(Stored items)
□ □ □ □

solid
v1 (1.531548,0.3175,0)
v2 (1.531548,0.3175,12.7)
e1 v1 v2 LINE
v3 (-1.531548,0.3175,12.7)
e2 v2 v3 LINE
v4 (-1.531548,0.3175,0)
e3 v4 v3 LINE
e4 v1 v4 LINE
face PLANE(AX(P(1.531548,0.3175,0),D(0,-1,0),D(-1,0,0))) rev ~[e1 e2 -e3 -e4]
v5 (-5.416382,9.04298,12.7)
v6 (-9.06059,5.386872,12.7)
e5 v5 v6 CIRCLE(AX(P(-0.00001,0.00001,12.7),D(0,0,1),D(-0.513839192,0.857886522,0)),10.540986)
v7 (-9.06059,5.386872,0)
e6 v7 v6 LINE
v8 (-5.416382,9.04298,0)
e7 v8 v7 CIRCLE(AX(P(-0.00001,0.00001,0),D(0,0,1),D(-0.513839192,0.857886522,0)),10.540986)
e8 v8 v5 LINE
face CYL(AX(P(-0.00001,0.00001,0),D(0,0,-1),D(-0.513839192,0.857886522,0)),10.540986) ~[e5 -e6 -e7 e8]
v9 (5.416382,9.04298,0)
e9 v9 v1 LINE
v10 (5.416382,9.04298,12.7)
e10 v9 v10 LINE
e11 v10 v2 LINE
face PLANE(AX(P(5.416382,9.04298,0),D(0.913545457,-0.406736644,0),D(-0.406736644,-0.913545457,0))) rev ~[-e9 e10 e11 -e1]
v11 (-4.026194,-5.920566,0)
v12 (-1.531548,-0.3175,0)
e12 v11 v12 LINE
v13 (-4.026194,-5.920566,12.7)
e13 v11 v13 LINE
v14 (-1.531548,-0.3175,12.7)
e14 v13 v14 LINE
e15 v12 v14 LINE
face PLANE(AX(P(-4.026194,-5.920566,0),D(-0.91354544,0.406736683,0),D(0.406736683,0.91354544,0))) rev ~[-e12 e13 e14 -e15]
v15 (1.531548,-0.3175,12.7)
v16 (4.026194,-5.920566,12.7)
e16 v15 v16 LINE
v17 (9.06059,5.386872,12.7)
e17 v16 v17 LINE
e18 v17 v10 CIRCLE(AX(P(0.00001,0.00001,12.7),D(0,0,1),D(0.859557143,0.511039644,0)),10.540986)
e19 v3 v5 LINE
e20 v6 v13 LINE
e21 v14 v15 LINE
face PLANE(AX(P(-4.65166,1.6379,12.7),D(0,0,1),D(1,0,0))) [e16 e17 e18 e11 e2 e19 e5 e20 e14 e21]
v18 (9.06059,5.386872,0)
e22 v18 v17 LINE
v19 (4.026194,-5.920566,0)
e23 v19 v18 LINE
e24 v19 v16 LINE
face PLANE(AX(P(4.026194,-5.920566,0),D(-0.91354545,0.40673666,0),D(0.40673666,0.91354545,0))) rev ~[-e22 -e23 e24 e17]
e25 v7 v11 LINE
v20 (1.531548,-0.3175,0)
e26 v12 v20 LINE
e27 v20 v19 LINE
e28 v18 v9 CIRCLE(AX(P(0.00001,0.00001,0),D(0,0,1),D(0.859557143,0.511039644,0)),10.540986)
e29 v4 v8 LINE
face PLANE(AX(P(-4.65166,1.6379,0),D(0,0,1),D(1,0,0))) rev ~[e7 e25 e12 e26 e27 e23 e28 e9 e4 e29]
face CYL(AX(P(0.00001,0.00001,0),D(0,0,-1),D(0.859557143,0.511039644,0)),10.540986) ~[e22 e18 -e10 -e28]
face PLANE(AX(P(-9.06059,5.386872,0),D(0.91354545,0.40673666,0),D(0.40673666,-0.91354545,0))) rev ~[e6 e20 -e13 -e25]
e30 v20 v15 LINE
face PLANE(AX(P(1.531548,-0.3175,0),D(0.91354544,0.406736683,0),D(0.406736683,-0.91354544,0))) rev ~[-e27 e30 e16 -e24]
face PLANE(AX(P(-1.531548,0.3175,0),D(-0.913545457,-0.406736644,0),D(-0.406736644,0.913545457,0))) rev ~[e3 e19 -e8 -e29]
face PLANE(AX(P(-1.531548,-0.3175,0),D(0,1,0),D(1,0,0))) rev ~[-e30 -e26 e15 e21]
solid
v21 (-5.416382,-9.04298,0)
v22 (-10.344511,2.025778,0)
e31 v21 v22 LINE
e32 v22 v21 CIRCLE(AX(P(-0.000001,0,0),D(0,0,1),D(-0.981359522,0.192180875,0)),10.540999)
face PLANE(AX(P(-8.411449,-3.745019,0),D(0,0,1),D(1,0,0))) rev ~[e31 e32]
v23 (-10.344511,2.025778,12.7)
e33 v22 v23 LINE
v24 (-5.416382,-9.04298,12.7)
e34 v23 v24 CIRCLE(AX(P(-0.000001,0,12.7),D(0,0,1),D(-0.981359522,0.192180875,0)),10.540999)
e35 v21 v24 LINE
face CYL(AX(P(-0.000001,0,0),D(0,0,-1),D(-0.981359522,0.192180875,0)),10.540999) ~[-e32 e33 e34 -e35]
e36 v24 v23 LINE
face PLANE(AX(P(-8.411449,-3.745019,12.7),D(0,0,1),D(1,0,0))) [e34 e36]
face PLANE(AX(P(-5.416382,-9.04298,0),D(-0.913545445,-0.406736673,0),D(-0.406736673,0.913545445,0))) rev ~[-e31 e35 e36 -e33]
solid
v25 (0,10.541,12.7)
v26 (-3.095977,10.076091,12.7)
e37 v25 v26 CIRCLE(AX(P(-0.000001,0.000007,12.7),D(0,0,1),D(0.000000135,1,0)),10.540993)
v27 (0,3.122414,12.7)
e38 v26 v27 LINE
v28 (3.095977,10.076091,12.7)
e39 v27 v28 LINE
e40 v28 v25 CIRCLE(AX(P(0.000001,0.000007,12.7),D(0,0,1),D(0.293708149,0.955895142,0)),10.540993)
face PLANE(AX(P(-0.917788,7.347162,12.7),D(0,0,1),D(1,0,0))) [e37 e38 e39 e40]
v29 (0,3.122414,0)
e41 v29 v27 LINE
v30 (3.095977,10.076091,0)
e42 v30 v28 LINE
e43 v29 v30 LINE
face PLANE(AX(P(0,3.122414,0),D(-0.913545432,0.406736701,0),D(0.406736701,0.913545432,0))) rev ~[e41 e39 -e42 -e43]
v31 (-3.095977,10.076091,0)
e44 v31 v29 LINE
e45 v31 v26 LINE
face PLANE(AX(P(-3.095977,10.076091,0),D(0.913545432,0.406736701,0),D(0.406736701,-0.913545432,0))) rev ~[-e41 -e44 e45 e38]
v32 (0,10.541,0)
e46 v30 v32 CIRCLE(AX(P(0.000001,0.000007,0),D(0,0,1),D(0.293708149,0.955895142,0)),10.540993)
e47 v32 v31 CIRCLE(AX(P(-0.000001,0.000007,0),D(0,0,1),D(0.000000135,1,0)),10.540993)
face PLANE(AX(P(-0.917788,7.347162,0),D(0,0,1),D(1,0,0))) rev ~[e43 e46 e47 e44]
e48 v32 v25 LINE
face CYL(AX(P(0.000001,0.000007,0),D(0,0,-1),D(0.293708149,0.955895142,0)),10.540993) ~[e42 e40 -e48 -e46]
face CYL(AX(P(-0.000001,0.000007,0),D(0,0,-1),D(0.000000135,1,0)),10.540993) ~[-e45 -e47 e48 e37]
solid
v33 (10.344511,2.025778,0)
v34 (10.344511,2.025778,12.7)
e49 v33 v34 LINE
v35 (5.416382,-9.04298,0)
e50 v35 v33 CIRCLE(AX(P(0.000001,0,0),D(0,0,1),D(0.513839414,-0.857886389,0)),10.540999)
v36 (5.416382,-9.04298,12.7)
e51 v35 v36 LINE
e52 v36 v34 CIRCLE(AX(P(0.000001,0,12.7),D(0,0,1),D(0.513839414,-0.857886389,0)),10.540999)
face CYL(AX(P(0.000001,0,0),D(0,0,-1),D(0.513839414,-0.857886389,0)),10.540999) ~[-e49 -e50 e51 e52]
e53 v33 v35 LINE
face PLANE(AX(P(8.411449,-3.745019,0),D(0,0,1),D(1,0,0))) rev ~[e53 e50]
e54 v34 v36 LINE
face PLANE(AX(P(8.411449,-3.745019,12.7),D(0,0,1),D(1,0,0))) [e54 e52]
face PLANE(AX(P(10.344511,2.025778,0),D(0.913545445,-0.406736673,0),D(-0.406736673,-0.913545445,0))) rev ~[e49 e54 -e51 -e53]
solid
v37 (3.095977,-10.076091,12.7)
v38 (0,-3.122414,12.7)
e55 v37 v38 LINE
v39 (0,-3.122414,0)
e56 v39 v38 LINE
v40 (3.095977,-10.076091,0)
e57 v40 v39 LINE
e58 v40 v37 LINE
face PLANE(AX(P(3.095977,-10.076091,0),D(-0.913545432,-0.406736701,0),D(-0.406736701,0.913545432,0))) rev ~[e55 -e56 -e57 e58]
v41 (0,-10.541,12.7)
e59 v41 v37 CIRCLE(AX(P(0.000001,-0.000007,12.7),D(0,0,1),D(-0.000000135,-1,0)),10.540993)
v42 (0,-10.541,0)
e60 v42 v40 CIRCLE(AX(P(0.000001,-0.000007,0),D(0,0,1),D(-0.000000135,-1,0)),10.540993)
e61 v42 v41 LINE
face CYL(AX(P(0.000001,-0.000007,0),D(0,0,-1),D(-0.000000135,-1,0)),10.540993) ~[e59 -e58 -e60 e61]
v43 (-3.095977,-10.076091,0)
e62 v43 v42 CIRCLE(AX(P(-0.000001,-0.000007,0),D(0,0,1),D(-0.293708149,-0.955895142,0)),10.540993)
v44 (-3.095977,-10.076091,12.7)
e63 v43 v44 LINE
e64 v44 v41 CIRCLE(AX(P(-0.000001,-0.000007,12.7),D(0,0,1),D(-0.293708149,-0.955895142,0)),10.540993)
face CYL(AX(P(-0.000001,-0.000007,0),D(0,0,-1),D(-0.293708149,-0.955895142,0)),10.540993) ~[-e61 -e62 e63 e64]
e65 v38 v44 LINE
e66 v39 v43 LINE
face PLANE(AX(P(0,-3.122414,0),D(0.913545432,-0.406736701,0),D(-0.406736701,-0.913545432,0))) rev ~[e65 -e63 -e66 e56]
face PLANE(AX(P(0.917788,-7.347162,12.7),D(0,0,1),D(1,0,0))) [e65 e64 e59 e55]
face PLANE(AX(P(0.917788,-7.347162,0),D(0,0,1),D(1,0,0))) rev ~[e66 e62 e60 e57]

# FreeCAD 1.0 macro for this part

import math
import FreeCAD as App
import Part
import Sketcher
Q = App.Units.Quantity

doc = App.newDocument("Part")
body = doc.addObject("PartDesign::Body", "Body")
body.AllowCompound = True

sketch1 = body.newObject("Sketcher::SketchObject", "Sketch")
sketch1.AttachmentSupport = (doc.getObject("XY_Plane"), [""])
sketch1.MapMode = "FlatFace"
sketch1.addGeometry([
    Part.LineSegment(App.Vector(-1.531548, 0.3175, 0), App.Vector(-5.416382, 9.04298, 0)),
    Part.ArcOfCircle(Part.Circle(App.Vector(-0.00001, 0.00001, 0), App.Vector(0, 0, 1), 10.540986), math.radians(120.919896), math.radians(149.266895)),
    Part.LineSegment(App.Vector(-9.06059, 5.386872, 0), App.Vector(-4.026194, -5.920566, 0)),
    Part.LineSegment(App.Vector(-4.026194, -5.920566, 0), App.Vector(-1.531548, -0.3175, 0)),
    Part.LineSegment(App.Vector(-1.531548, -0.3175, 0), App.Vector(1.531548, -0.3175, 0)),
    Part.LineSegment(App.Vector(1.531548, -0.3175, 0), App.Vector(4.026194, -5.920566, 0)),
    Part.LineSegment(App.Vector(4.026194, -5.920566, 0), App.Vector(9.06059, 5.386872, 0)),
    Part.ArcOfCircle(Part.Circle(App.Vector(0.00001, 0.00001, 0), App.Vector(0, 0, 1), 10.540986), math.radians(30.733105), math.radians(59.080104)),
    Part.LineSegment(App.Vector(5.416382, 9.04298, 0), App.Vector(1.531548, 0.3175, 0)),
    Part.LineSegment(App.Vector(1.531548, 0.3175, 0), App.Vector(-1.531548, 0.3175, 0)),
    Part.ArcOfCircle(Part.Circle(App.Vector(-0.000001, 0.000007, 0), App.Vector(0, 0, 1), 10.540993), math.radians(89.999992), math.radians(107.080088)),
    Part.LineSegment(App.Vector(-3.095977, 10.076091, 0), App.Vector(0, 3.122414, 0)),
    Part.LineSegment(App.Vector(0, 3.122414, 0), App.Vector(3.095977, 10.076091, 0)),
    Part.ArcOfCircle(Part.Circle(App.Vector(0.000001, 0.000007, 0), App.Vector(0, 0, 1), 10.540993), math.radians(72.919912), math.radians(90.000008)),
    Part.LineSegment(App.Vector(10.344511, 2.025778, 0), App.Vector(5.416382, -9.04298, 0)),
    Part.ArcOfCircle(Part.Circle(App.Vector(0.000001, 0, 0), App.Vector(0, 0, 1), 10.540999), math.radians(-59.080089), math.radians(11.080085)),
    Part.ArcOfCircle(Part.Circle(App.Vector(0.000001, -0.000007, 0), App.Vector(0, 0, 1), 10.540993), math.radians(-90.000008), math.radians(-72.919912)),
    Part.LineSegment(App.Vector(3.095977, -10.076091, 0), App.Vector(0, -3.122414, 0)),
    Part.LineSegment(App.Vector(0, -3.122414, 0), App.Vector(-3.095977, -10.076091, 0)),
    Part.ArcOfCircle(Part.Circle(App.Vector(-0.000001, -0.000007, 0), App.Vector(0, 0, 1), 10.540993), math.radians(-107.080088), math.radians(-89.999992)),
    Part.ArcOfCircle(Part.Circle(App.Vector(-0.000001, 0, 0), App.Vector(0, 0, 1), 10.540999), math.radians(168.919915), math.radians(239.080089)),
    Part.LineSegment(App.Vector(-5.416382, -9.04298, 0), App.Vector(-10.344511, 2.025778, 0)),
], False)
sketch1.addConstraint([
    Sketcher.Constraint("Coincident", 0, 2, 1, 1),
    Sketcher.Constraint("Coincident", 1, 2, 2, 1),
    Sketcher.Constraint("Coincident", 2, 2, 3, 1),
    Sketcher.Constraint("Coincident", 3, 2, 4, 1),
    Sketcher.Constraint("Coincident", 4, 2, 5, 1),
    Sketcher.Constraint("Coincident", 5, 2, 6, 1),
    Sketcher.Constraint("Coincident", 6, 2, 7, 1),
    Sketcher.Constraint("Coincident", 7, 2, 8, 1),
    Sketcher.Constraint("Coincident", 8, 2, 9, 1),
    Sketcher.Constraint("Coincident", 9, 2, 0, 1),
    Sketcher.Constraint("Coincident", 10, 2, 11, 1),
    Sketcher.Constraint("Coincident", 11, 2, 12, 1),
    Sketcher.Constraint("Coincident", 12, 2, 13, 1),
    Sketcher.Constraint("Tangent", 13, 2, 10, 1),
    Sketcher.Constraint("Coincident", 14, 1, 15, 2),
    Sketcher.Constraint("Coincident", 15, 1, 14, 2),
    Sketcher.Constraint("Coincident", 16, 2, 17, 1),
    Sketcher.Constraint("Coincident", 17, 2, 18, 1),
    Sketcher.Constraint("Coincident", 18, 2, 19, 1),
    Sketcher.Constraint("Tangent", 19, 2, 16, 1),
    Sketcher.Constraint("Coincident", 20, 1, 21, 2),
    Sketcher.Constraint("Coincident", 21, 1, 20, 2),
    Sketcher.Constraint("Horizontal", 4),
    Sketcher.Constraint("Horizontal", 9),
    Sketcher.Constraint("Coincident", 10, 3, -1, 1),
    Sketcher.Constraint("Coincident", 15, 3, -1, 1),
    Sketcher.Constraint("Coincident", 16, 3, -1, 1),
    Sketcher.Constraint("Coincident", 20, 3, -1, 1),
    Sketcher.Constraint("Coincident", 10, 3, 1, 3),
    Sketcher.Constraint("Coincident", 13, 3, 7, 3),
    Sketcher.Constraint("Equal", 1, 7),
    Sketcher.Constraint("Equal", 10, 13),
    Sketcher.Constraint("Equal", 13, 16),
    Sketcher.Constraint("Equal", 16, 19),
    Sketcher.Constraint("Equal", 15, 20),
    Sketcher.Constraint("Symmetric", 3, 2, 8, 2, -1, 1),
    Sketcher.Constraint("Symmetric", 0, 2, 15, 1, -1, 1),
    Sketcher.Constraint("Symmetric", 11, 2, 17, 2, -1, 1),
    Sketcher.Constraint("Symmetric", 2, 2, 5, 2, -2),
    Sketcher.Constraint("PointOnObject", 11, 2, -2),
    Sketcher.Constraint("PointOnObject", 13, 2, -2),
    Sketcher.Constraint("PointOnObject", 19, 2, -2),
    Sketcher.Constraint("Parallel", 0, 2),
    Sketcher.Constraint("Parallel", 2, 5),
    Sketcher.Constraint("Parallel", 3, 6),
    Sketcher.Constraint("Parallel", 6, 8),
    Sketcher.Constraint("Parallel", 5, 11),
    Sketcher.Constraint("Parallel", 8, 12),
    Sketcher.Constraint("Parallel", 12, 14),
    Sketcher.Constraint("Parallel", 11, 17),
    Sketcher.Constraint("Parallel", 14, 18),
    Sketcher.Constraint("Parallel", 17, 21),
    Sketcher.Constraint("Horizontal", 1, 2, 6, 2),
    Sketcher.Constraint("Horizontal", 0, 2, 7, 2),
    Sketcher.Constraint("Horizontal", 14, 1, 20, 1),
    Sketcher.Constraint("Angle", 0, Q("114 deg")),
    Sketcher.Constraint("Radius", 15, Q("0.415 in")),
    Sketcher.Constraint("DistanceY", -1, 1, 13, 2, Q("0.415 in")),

□ □ □ □

Lines to set down from above: the line with "e61 v42 v41 LINE", the line with "e62 v43 v42", and every line between, each exactly as written.

• _YOUR RESPONSE_:
e61 v42 v41 LINE
face CYL(AX(P(0.000001,-0.000007,0),D(0,0,-1),D(-0.000000135,-1,0)),10.540993) ~[e59 -e58 -e60 e61]
v43 (-3.095977,-10.076091,0)
e62 v43 v42 CIRCLE(AX(P(-0.000001,-0.000007,0),D(0,0,1),D(-0.293708149,-0.955895142,0)),10.540993)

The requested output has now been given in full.